Translational Bioinformatics Group, International Center for Genetic Engineering and Biotechnology (ICGEB), Delhi, India.
Dr. Rajendra Prasad Centre for Ophthalmic Sciences, All India Institute of Medical Sciences (AIIMS), New Delhi, India.
Indian J Ophthalmol. 2024 Jul 1;72(7):987-993. doi: 10.4103/IJO.IJO_2009_23. Epub 2024 Mar 8.

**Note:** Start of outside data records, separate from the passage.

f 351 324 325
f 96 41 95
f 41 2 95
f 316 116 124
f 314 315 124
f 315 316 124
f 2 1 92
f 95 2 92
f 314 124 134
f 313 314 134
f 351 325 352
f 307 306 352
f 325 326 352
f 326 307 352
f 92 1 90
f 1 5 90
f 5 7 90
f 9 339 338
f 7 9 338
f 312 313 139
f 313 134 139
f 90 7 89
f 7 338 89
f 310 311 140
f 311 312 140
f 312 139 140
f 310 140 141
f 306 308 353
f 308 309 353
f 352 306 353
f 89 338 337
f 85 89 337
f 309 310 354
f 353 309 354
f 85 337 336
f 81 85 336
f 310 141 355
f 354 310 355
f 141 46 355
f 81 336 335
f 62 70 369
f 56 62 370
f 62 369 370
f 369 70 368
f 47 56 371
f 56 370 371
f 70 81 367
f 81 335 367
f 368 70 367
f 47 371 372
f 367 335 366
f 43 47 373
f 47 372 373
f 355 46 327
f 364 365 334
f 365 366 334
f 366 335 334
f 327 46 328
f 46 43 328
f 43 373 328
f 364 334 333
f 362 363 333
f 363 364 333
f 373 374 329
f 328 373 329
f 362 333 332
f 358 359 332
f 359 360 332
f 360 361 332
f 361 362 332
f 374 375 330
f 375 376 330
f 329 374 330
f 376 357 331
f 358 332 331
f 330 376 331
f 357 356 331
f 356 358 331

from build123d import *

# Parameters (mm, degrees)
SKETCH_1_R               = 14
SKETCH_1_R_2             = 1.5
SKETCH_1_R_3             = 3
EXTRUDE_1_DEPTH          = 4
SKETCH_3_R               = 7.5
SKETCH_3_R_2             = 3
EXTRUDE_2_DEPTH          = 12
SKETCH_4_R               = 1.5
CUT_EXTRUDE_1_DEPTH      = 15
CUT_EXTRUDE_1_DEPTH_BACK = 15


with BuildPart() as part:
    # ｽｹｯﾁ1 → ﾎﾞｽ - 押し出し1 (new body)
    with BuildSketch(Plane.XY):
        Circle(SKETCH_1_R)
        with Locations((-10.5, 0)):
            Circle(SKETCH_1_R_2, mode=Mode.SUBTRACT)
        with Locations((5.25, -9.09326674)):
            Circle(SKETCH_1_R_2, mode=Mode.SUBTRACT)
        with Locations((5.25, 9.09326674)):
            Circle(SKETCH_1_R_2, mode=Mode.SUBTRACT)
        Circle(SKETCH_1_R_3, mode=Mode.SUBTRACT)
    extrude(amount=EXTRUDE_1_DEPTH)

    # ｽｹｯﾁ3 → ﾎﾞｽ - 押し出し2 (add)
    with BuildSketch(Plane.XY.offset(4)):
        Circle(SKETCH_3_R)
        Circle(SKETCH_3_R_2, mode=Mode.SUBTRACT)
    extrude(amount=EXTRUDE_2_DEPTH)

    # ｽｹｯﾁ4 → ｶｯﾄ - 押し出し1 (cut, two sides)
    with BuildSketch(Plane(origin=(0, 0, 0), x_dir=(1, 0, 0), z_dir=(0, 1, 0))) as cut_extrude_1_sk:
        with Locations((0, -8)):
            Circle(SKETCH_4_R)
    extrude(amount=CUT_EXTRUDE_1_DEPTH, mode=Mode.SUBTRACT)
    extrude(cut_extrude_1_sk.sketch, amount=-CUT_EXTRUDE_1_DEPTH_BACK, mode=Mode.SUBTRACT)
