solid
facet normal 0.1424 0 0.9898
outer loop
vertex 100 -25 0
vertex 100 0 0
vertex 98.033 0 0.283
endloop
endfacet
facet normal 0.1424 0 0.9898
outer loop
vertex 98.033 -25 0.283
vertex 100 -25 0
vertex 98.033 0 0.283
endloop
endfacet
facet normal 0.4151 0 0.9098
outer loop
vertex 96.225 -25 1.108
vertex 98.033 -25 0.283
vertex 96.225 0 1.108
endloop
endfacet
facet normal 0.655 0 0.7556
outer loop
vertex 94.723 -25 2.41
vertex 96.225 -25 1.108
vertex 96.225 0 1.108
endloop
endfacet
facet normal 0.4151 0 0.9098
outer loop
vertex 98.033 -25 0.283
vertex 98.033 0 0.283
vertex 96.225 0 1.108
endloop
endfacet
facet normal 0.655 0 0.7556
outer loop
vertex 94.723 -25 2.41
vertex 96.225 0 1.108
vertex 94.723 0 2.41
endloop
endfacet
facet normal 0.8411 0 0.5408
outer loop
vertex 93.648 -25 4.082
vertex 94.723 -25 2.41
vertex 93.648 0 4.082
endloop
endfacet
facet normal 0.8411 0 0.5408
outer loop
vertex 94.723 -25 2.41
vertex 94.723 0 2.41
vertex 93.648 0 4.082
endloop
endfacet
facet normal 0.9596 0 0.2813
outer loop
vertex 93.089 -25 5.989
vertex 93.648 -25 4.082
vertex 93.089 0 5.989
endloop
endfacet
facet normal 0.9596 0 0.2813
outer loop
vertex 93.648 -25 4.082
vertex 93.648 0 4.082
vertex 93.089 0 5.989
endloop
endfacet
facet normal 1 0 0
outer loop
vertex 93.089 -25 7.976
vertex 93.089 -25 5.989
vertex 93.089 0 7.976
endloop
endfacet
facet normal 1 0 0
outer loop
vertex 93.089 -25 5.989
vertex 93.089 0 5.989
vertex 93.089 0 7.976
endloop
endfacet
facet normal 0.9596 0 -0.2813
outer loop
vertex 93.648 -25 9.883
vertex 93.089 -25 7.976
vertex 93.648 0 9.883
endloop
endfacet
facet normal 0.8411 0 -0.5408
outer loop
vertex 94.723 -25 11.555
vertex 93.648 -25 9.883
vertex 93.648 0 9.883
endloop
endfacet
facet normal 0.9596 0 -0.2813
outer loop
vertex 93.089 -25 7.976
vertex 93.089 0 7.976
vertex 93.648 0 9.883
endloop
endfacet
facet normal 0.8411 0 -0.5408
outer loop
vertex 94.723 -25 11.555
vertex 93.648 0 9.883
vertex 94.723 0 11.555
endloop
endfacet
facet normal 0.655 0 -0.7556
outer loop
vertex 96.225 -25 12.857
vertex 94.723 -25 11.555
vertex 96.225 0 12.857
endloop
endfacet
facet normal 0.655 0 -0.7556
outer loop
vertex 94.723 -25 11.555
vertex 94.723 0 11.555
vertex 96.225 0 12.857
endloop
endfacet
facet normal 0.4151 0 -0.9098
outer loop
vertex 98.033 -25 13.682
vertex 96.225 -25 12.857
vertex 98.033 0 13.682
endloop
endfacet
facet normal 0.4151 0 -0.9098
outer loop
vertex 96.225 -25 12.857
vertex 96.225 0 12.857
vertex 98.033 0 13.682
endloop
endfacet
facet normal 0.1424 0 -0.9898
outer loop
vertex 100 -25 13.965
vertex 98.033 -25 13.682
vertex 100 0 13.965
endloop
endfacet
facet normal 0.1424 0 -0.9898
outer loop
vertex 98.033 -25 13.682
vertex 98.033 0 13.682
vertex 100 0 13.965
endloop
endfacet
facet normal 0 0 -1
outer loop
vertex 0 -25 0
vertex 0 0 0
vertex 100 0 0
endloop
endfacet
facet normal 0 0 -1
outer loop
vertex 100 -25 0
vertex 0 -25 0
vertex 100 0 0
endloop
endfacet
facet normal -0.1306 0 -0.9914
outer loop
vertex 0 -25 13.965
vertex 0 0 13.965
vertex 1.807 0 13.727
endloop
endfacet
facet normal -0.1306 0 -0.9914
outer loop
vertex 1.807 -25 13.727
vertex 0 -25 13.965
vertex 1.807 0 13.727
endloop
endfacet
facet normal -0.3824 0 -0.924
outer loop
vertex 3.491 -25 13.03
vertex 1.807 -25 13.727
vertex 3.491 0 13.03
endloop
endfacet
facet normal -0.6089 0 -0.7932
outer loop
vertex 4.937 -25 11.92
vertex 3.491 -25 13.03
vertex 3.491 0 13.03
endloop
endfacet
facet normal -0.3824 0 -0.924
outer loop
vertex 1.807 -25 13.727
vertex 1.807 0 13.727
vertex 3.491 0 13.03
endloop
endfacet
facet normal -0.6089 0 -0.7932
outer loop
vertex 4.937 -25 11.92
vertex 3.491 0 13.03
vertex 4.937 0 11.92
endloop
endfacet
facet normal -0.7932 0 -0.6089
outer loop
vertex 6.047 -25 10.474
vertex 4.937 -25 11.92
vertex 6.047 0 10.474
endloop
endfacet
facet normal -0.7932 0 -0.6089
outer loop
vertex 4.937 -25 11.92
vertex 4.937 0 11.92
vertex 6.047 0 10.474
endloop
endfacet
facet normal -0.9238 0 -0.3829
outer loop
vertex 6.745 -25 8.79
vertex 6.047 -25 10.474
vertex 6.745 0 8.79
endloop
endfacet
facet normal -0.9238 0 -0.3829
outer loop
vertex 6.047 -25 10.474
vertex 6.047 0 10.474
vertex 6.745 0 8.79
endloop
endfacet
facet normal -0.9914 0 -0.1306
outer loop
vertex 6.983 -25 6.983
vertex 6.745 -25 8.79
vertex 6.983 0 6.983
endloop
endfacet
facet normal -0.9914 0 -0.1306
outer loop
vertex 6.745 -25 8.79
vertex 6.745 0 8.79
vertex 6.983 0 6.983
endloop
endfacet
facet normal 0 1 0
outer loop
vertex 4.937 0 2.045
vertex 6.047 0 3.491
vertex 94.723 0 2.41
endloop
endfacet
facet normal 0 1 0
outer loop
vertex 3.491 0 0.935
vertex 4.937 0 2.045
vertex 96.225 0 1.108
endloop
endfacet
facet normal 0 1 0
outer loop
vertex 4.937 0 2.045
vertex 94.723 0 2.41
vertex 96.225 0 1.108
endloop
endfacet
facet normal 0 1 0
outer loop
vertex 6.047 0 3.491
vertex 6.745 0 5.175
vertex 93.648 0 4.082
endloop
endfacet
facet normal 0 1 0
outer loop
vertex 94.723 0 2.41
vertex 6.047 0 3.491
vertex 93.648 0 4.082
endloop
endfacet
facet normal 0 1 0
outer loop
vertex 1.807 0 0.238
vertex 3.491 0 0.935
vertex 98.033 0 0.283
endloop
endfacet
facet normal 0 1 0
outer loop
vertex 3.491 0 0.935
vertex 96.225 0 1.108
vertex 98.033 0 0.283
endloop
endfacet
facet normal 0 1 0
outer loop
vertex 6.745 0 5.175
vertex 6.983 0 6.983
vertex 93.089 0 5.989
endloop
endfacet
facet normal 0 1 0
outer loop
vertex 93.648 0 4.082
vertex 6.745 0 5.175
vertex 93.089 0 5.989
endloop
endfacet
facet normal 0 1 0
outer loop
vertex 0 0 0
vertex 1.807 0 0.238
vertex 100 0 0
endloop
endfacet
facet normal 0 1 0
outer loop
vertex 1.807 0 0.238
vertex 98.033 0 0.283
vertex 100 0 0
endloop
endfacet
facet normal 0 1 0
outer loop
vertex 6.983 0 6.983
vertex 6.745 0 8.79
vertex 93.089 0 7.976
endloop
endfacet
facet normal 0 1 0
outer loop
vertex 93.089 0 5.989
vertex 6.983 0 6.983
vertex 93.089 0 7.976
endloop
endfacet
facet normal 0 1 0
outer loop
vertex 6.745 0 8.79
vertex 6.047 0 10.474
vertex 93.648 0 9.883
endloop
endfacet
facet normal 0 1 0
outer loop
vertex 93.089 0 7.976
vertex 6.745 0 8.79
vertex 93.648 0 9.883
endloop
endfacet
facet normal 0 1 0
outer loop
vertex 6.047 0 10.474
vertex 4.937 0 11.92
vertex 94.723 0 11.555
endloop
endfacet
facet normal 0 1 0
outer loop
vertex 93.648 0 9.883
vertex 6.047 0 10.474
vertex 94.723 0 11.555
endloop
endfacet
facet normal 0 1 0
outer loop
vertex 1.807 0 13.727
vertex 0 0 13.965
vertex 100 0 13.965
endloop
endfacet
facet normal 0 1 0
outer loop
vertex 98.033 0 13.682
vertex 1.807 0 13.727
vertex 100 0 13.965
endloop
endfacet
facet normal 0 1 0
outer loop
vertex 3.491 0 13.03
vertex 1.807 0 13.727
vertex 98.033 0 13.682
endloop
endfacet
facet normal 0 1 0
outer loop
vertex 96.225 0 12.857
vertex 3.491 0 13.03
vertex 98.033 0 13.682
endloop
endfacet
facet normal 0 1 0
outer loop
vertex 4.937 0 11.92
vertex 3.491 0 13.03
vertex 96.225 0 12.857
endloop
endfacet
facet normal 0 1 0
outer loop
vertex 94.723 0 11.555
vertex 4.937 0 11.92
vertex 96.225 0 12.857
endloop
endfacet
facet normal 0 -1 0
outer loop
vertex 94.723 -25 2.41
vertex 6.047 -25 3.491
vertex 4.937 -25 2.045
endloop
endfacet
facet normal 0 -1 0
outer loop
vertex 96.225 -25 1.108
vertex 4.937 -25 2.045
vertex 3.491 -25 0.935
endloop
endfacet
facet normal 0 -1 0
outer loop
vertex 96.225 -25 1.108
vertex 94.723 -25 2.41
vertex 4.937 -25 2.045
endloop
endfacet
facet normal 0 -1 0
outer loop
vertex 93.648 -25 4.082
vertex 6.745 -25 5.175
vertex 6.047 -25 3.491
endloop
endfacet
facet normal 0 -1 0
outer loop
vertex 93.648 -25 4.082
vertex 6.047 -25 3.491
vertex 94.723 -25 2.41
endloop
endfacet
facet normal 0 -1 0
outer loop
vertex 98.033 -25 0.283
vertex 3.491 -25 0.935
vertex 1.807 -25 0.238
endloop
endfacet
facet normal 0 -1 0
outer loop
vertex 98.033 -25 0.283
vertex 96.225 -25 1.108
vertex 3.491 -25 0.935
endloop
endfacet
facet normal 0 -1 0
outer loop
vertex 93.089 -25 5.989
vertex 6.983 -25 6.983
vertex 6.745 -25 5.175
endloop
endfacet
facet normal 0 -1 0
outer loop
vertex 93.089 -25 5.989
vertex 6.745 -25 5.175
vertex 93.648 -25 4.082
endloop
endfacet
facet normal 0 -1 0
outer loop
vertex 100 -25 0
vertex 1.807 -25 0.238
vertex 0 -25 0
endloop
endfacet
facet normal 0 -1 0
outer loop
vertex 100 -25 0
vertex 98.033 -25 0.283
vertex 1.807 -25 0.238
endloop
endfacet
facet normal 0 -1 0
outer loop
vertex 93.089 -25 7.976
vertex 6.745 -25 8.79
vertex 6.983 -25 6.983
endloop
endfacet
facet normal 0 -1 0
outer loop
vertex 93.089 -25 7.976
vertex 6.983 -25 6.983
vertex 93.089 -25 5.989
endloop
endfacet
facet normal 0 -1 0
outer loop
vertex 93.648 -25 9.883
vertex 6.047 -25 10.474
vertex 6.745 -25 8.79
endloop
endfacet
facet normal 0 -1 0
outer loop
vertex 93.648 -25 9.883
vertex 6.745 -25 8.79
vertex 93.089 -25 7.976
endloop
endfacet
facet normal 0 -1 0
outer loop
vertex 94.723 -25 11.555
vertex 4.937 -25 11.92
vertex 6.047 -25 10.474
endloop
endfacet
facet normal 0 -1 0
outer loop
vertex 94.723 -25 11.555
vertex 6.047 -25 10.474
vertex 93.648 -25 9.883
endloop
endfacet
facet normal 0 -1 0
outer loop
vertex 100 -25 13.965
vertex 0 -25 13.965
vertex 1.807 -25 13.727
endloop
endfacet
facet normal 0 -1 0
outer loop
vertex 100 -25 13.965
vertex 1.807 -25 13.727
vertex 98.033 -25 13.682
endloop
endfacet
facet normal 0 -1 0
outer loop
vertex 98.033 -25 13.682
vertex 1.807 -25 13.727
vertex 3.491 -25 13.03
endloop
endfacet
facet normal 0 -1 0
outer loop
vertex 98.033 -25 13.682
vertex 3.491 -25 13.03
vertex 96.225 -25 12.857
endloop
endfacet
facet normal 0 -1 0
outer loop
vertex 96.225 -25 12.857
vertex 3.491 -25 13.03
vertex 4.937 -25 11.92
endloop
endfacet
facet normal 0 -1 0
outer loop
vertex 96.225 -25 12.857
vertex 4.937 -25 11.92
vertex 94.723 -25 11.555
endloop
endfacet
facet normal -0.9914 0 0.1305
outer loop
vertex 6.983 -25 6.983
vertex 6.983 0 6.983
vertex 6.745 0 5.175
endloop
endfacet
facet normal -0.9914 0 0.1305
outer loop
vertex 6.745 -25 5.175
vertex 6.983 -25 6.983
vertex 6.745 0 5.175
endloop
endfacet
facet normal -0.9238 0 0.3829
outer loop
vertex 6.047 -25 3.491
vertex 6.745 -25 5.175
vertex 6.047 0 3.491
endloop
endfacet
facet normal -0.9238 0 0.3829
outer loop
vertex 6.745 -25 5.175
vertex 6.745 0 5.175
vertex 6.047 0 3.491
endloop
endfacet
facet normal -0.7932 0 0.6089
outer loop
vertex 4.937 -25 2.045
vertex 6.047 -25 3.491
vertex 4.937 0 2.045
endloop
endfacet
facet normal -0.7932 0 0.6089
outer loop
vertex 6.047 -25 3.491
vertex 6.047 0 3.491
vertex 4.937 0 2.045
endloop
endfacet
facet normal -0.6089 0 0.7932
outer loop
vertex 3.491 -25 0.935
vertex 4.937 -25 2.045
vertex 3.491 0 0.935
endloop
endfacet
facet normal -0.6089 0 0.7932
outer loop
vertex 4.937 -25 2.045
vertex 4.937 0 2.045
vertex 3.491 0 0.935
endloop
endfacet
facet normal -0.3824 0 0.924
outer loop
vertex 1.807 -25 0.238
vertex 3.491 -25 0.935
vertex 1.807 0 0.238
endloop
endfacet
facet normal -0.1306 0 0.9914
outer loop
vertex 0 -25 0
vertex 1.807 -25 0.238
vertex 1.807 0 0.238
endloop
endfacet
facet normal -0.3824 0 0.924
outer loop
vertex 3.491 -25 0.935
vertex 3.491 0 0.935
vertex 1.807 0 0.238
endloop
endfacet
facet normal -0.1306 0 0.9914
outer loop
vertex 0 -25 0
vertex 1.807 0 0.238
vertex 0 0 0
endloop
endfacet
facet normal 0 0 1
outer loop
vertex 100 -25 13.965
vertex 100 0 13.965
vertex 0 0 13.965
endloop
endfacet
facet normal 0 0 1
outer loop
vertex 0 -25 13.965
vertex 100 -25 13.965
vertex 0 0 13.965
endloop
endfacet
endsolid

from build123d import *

# Parameters (mm, degrees)
F1_DEPTH = 25


with BuildPart() as f1:
    # F0 (on Front) → F1 (new body)
    with BuildSketch(Plane.XZ):
        with BuildLine():
            ThreePointArc((6.982545, 6.982545), (4.937405, 2.04514), (0, 0))
            Line((0, 0), (100, 0))
            ThreePointArc((100, 0), (93.017455, 6.982545), (100, 13.965091))
            Line((100, 13.965091), (0, 13.965091))
            ThreePointArc((0, 13.965091), (4.937405, 11.919951), (6.982545, 6.982545))
        make_face()
    extrude(amount=F1_DEPTH)


solid = f1.part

To develop machine learning (ML) models, using pre and intraoperative surgical parameters, for predicting trabeculectomy outcomes in the eyes of patients with juvenile-onset primary open-angle glaucoma (JOAG) undergoing primary surgery.

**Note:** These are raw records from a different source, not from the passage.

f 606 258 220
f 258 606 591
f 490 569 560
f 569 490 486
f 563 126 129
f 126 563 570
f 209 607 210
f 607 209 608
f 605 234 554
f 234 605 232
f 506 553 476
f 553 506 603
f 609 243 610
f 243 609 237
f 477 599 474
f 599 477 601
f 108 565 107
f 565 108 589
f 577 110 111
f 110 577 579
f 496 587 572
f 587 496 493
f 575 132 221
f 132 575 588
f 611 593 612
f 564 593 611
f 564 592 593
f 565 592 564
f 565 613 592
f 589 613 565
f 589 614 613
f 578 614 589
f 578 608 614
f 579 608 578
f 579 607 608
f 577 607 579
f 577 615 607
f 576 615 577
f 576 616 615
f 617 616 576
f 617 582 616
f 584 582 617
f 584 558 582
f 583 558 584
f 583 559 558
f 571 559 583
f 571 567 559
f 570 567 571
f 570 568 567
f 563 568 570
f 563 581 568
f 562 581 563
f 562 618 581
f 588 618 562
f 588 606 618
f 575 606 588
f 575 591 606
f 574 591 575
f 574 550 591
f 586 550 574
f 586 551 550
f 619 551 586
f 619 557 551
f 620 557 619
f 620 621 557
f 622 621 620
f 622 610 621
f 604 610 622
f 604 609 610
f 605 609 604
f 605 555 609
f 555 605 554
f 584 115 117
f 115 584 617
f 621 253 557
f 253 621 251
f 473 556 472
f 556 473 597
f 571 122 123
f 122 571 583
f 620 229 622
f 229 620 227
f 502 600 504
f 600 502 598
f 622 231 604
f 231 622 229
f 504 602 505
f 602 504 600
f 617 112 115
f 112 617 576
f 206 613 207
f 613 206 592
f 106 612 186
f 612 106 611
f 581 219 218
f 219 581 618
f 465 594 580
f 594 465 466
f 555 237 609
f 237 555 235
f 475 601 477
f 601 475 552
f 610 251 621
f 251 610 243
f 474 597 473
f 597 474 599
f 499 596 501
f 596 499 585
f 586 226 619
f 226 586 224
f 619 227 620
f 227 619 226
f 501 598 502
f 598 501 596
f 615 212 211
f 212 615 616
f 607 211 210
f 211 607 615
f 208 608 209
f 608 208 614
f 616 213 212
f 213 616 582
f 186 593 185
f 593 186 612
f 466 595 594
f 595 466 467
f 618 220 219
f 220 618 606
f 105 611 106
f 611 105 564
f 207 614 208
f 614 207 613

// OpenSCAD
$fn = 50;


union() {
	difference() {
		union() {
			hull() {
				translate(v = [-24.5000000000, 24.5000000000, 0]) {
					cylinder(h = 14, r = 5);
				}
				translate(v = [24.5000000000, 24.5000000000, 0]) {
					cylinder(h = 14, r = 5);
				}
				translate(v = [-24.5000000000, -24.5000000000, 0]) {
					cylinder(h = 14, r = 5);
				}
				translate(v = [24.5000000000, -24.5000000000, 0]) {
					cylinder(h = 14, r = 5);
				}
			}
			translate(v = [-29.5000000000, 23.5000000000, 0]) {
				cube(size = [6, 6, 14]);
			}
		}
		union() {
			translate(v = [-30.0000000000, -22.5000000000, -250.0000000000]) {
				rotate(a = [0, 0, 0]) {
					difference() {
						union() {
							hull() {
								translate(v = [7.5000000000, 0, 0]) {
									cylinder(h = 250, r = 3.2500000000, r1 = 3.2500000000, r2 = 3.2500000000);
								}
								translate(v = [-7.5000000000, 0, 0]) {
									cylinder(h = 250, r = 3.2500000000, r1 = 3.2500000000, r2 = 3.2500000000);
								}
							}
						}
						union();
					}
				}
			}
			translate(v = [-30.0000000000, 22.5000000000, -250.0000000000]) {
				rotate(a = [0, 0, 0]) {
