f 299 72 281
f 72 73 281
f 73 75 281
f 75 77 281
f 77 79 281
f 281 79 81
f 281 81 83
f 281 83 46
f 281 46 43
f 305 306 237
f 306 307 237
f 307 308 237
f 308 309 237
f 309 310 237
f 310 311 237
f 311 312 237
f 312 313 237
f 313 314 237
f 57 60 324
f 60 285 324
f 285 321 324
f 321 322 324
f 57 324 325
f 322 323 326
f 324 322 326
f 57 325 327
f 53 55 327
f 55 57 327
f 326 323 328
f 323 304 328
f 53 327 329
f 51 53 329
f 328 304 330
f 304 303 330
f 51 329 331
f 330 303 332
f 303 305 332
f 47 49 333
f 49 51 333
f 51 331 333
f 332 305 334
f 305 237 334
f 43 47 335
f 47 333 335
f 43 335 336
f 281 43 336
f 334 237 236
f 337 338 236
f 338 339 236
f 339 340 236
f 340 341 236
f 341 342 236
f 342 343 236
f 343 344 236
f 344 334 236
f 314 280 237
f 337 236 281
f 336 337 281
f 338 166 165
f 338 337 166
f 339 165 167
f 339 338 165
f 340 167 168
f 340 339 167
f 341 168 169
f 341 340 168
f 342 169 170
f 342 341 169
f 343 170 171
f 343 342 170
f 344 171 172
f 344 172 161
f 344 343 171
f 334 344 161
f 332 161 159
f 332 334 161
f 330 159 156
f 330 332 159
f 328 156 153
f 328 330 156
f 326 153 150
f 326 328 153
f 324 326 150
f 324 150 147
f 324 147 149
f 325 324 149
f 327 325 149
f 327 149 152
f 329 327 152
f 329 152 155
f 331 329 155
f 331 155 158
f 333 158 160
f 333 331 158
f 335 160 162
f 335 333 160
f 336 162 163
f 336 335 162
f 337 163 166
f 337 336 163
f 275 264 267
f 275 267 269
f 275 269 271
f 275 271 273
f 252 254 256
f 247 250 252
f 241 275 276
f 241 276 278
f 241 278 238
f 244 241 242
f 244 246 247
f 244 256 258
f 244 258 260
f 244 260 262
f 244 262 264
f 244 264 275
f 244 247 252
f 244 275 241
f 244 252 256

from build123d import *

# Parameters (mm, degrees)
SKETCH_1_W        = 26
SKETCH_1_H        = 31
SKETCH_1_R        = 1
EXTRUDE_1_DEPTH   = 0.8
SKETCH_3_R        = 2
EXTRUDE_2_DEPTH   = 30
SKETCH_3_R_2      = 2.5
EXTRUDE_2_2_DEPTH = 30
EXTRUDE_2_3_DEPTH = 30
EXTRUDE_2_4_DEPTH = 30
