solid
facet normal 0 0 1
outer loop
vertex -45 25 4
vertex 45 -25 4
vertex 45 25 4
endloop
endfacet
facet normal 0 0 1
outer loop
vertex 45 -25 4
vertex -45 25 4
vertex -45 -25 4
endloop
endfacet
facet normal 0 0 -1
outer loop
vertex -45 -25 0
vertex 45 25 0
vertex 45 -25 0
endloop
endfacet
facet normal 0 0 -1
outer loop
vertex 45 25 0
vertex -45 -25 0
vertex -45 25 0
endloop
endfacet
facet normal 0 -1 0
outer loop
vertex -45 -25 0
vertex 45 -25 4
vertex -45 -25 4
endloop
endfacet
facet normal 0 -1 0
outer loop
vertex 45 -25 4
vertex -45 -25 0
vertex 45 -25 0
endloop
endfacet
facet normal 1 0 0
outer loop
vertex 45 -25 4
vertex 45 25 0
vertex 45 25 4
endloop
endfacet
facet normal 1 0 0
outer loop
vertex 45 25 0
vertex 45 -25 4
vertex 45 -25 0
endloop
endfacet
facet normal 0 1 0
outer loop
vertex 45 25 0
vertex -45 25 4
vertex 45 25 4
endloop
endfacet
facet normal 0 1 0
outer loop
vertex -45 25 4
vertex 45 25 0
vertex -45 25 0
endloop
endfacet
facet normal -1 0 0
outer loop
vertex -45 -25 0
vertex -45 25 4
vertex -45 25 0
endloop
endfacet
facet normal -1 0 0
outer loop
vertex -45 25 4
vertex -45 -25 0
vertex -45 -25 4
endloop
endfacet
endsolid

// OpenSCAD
// Generated with SolidPython2 for OpenSCAD task-007
$fn = 64;

difference() {
	translate(v = [-45.0, -25.0, 0]) {
		cube(size = [90, 50, 4]);
	}
}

The study included 207 JOAG patients from a single center who met the following criteria: diagnosed between 10 and 40 years of age, with an IOP of >22 mmHg in the eyes on two or more occasions, open angle on gonioscopy in both eyes, with glaucomatous optic neuropathy, and requiring a trabeculectomy for IOP control. Only the patients with a minimum 5-year follow-up after surgery were included in the study.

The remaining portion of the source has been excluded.